Stephen Bannon could not be reached for comment
As Trump's presidential campaign collapses against the onslaught of Vice President Harris, the former president's chief strategist sits in a prison cell in Danbury, Connecticut.
The weather was calm and clear in Danbury, Connecticut, on the morning of July 1, and the temperatures were in the low 70s when Stephen Bannon reported to the Federal Correctional Institute to turn himself in and start his 4-month sentence.
But Trumpworld was about to hit - forgive the pun - stormy weather at the very moment Bannon moved behind those prison gates.
Among the many things Donald Trump cannot credibly deny, he cannot deny his close relationship with Bannon. The two are, as they say, thick as thieves
Three weeks after Bannon was imprisoned, on July 23, Trump published a new book: Time to Get Tough: Make America Great Again.
Trump could have chosen from a long list of dignitaries to write his forward to this book. U.S. Sen Lindsay Graham, Gov. Doug Burgam of North Dakota, or ChaChi from Happy Days.
But for his latest book - to be released during his current presidential campaign - Trump chose Danbury FCI Inmate 05635-509: Stephen Bannon.

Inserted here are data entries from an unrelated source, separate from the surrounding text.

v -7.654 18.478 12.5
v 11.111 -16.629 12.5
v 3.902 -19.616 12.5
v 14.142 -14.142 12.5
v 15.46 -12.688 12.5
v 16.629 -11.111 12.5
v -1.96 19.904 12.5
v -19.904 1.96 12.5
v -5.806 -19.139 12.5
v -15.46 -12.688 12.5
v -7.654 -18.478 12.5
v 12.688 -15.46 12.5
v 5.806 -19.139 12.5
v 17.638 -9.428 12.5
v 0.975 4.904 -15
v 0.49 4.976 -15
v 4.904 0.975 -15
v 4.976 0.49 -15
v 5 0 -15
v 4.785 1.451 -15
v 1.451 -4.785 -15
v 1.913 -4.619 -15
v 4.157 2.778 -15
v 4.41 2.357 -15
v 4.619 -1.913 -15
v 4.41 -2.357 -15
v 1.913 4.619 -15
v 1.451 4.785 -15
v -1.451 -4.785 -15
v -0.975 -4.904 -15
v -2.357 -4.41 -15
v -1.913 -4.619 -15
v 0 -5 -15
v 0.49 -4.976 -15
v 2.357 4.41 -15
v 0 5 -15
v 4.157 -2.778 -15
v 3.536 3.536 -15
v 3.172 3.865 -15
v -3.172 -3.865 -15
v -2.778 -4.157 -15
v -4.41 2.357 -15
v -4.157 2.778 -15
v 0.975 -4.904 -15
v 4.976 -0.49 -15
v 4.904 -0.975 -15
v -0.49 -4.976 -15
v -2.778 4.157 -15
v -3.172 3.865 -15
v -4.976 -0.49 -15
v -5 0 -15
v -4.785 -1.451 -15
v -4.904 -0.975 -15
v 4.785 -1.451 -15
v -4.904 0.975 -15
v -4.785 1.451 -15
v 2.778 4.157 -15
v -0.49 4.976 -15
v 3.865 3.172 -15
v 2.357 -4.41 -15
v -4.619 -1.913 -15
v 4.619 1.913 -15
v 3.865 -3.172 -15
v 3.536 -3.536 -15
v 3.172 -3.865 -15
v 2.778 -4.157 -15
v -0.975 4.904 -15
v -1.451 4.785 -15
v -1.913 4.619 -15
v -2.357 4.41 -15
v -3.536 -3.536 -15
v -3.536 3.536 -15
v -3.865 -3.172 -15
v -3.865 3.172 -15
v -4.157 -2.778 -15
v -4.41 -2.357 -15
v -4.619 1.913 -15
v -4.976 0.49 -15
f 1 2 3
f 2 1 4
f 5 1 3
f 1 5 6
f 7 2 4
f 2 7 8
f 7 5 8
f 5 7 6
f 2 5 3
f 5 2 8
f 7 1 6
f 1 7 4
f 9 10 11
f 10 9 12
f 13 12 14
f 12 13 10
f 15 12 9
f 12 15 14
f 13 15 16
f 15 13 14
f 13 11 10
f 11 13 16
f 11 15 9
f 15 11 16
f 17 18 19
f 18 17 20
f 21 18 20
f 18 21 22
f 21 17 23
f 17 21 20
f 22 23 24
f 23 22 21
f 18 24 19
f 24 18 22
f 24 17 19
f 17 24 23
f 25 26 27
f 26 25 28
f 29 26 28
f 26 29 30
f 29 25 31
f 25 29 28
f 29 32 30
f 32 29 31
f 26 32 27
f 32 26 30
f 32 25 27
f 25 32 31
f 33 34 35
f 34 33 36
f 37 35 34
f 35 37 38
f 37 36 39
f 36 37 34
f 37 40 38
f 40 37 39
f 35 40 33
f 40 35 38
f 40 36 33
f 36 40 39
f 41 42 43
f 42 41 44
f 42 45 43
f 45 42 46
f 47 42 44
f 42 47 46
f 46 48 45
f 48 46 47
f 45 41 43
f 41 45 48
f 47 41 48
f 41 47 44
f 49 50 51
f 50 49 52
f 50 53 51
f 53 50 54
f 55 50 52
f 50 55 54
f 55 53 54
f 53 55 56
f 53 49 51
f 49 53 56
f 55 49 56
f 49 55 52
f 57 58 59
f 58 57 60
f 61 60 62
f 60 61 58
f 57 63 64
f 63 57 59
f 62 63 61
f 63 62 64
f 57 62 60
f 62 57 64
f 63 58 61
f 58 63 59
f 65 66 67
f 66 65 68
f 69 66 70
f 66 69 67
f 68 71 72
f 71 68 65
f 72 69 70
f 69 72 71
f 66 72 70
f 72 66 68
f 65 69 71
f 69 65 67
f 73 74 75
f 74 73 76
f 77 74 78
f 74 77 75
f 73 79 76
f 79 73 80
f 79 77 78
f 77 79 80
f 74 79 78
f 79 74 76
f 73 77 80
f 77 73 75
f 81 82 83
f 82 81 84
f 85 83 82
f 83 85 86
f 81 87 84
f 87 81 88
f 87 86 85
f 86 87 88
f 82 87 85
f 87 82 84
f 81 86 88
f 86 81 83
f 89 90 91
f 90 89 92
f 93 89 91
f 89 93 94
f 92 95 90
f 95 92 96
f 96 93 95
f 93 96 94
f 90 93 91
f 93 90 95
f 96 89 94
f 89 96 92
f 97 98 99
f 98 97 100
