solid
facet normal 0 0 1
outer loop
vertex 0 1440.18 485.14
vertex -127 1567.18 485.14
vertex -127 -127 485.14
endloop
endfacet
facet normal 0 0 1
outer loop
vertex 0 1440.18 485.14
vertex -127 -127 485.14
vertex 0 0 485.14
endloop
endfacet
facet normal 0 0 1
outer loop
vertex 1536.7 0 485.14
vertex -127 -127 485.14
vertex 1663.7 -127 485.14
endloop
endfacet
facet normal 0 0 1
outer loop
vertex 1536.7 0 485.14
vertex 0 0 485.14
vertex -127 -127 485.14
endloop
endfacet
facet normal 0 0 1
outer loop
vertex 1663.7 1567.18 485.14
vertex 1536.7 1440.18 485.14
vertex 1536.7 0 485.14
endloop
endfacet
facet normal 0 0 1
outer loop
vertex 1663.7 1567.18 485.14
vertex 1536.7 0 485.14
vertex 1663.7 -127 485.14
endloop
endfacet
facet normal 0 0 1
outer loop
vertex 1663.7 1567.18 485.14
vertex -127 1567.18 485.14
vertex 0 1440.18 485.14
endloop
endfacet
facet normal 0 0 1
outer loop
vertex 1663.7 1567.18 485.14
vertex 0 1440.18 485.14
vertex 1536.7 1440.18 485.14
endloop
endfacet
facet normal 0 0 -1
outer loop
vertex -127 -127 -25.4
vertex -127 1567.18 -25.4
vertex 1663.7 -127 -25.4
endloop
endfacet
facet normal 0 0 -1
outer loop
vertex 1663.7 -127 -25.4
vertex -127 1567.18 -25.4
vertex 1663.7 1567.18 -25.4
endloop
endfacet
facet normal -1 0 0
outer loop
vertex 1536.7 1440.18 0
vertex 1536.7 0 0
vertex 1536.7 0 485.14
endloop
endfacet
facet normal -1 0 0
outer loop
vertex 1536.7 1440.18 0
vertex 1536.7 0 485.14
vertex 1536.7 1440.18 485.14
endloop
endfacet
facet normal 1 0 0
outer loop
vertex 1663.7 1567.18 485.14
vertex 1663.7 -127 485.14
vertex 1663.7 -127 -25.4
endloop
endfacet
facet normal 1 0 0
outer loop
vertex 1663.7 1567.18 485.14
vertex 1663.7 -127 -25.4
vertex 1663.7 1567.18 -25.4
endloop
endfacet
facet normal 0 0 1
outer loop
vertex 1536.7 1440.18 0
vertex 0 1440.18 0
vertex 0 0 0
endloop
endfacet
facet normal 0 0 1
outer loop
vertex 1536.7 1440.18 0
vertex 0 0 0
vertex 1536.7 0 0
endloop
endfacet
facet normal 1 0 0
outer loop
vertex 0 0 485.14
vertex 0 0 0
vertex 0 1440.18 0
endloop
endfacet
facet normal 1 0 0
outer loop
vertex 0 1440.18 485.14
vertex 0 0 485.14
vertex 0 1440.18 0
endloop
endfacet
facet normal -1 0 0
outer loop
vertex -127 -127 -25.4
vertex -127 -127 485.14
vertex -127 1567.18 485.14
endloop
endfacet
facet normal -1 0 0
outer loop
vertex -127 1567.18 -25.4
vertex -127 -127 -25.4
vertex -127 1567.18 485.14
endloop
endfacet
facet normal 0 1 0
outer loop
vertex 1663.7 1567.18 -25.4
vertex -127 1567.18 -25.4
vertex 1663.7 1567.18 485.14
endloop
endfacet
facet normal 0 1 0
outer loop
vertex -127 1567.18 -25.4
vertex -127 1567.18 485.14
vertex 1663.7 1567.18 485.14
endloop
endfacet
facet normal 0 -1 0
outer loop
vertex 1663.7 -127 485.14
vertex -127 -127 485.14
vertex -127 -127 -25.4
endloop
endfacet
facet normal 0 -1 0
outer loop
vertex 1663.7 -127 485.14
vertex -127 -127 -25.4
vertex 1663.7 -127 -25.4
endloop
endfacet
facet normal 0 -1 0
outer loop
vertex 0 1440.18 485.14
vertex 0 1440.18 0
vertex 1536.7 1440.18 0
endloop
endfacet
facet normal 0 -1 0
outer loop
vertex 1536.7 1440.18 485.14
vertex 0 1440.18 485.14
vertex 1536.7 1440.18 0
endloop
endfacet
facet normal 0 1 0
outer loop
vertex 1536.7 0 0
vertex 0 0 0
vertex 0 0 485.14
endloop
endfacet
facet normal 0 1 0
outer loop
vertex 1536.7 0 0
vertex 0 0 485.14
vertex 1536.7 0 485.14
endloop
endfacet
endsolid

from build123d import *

# Parameters (mm, degrees)
F0_W     = 1790.7
F0_H     = 1694.18
F0_W_2   = 1536.7
F0_H_2   = 1440.18
F1_DEPTH = 485.14
F2_DEPTH = 25.4


with BuildPart() as f1:
    # F0 (on Top) → F1 (new body)
    with BuildSketch(Plane.XY):
        with Locations((768.35, 720.09)):
            Rectangle(F0_W, F0_H)
        with Locations((768.35, 720.09)):
            Rectangle(F0_W_2, F0_H_2, mode=Mode.SUBTRACT)
    extrude(amount=F1_DEPTH)

    # F0 (on Top) → F2 (join)
    with BuildSketch(Plane.XY):
        with Locations((768.35, 720.09)):
            Rectangle(F0_W, F0_H)
        with Locations((768.35, 720.09)):
            Rectangle(F0_W_2, F0_H_2, mode=Mode.SUBTRACT)
        with Locations((768.35, 720.09)):
            Rectangle(F0_W_2, F0_H_2)
    extrude(amount=-F2_DEPTH)


solid = f1.part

In his few pages introducing Trump’s book, Bannon recalled the victorious evening of Election Day, 2016:
“He ran against, arguably, what was then the most powerful brand name in American politics…Clinton,” Bannon wrote. “On election night in November 2016, in campaign headquarters in Trump Towers, the televisions showed an array of talking heads, anchors and reporters in despair, unable to conceal utter shock, as the votes were counted.
“Donald Trump had won the presidency,” Bannon wrote. It was a shining achievement not just for the 45th president but for Bannon, who worked as Trump’s chief campaign strategist that year. (He had taken over for Paul Manafort, who had connections to people connected with the Kremlin and who once worked for a crooked leader in Ukraine.)
Bannon reprised his campaign role briefly, inside the White House, during the Trump Administration.
By 2020, Trump had lost the presidency. Bannon, who by then was back to his prior career as a podcaster, stepped up to help.
“That`s why I keep saying the mantra,” he said on his podcast, right before Jan. 6. “You called the play. Now run the play, right? It`s like the old Green Bay power sweep. It`s very simple, very -- just one thing leads to another, very logical, and the -- a victory is affirmed.”
Bannon’s assistant coach, Peter Navarro, who also worked as Trump’s trade representative, helped Bannon write a playbook. It led to one of the darkest days in American history, Jan. 6.
After, when Congress tried to investigate the wreckage, Bannon and Navarro each told it to kick rocks.
Grand juries indicted each, juries convicted both, and judges sent Bannon and Navarro to prison.
When Bannon started his stint at Danbury, things were flying high in Trumpworld. Trump was widely viewed as having badly beaten President Biden in a debate, Biden’s poll numbers dipped during the ensuing media onslaught, and Trumpworld was planning for a landslide.
Trump’s guys seemed to spike the football. They were not aware they were standing on the 50-yard line.
And for Bannon, a funny thing happened on the way to the yard for his 60 minutes of prison rec time: Biden dropped out, and Trump’s current team of Chris LaCivita and Susie Wiles - and Trump himself - were all caught flatfooted.
Now, Vice President Kamala Harris is running her own playbook. Call it a West Coast Offense, and she is throwing 80-yard touchdown after 80-yard touchdown. She has her own coach - a guy who was a real high school football coach, Tim Walz - and they are running a playbook of optimism.
In 2016, Bannon engineered Trump’s selection of Mike Pence for the VP slot. In 2020, Bannon engineered a coup that almost cost Pence his life. In 2024, if Bannon wasn’t stuck in the can, it’s not clear exactly how he would react to human vote-repellant JD Vance but you could take some guesses.
We’ll have to wait for Bannon’s thoughts when he gets out of prison, now scheduled for Oct. 29 (although it could be sooner and the Bureau of Prisons has wide discretion on inmate release dates.)
But at this moment, when polls show Trump is sinking, and crowds are smiling and singing and cheering for Kamala Harris and Coach Walz, Stephen Bannon could not be reached for comment.